--- START ---

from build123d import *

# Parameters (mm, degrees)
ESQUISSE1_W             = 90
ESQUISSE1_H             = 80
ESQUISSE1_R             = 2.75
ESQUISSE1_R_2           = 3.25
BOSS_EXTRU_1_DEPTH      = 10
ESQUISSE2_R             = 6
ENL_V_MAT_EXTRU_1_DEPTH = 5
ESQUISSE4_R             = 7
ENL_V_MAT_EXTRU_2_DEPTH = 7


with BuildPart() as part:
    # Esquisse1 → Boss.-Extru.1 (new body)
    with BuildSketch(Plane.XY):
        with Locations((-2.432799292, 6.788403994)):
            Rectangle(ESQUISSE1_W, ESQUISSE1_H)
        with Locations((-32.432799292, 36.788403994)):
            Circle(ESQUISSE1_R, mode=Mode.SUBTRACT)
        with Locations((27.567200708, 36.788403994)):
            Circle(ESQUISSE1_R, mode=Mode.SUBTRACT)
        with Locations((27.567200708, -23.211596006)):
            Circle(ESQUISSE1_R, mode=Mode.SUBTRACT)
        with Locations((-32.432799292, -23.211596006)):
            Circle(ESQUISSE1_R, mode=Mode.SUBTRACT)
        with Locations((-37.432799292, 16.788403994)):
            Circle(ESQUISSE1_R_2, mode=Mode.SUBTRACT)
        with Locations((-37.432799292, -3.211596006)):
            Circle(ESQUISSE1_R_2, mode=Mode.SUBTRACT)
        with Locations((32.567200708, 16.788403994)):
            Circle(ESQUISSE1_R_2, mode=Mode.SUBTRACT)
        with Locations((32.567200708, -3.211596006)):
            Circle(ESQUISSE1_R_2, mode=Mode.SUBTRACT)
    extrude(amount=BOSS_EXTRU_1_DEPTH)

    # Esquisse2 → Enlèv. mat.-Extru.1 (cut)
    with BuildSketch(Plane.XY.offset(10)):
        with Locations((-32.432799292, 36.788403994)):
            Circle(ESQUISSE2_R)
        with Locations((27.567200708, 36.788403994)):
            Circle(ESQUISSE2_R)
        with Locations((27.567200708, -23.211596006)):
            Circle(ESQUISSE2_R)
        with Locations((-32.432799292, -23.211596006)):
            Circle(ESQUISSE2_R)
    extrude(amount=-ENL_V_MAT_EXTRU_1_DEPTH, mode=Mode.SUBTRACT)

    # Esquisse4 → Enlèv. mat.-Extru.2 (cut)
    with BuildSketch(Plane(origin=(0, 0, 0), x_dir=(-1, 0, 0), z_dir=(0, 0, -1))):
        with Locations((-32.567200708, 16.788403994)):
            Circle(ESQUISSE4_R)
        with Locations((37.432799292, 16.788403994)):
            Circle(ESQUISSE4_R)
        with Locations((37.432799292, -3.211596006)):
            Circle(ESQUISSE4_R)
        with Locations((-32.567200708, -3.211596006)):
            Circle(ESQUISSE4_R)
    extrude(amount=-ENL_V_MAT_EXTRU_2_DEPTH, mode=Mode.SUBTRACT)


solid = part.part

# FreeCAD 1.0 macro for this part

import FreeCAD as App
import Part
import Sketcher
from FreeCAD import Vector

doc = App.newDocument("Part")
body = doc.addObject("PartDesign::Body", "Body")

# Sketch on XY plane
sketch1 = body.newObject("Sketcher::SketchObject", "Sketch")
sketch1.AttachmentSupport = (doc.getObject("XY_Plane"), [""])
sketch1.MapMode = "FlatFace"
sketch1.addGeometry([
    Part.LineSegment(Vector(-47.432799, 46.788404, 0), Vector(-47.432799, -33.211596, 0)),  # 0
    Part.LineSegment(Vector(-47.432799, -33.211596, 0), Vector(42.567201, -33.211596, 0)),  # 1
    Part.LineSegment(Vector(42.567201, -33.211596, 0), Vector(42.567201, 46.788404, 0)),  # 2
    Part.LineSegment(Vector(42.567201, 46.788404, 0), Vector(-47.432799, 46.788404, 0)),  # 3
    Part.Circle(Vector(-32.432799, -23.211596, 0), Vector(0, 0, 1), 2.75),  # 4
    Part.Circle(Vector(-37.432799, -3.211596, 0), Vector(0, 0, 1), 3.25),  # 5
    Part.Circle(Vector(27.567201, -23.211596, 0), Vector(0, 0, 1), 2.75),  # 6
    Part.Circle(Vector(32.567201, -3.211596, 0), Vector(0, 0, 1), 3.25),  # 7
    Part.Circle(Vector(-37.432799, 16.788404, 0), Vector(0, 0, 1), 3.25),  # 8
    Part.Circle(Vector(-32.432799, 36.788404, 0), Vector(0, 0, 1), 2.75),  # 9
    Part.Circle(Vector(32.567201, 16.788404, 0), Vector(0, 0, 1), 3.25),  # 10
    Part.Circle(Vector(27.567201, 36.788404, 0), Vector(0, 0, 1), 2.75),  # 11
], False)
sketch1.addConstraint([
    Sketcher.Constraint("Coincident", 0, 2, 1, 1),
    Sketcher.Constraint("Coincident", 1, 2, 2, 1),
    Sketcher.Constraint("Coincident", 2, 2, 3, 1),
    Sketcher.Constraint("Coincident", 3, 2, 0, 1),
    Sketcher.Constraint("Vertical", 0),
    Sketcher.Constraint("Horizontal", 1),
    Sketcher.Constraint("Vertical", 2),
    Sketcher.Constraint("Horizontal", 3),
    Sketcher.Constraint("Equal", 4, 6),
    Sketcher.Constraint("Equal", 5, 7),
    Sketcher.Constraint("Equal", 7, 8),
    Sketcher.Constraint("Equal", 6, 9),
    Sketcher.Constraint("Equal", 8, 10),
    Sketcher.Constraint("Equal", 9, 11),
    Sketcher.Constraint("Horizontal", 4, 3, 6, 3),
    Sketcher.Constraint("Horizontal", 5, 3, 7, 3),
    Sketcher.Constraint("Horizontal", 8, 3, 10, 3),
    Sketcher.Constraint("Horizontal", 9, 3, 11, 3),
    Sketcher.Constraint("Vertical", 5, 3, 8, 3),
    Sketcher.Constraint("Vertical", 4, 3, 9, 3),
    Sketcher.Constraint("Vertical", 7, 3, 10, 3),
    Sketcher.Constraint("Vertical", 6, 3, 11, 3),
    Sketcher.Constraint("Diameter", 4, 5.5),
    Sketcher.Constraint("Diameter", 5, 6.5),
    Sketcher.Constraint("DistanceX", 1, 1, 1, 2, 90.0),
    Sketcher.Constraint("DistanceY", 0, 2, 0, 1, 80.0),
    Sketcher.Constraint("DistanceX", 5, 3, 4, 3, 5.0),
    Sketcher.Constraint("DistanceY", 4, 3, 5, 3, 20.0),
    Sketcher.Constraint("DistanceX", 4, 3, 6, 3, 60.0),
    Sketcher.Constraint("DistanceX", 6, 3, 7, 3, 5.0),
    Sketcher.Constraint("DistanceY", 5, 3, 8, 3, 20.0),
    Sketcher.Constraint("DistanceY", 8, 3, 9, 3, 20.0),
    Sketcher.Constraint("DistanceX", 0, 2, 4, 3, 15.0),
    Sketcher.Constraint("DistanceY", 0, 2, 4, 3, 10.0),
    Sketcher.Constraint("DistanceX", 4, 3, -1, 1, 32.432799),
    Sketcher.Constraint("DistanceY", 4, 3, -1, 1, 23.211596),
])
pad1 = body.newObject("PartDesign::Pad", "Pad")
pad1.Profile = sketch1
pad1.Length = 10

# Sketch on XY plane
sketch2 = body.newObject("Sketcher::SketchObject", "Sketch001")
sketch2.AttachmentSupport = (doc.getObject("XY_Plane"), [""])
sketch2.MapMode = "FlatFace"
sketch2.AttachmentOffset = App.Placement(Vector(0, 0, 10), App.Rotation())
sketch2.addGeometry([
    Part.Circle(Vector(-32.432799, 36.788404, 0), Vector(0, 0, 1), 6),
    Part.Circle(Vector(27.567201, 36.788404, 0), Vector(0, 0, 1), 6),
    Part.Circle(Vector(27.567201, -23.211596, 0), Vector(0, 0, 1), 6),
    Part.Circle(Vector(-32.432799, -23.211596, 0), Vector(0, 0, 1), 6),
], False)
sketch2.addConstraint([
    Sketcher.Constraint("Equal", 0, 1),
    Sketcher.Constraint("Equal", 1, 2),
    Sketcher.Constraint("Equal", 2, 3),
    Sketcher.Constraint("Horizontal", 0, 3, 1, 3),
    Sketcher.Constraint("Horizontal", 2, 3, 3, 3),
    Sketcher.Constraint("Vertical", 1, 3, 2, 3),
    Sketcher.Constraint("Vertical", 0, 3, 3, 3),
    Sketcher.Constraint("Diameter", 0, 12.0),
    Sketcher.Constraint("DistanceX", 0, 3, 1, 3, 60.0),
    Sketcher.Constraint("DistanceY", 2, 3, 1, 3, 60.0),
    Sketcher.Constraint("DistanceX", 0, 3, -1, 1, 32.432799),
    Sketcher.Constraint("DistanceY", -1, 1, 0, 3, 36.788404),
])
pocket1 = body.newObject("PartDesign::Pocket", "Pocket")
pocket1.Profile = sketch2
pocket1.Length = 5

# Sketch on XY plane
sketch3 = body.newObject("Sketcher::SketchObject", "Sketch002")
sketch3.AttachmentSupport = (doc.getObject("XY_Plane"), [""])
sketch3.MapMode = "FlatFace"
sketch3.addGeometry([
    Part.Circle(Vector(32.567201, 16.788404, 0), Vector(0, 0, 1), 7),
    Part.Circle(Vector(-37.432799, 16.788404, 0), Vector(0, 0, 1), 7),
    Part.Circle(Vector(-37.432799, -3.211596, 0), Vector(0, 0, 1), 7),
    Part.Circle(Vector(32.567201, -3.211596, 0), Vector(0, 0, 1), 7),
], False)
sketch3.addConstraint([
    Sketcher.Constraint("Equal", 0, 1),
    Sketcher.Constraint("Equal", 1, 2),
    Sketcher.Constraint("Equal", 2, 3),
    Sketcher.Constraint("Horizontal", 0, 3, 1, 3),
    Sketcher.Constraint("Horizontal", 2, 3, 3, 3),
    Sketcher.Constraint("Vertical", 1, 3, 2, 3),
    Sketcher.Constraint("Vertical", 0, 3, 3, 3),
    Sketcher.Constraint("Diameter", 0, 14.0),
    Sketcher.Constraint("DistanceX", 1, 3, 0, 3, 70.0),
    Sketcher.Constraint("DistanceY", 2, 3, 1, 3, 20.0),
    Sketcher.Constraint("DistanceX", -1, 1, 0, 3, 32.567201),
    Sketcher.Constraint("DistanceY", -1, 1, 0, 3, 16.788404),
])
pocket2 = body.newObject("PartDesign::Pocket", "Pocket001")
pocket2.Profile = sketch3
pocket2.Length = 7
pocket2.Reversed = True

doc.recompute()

--- END ---

Task details
Above are the records. Identify each line that contains the word "BuildSketch".

Written answer
    with BuildSketch(Plane.XY):
    with BuildSketch(Plane.XY.offset(10)):
    with BuildSketch(Plane(origin=(0, 0, 0), x_dir=(-1, 0, 0), z_dir=(0, 0, -1))):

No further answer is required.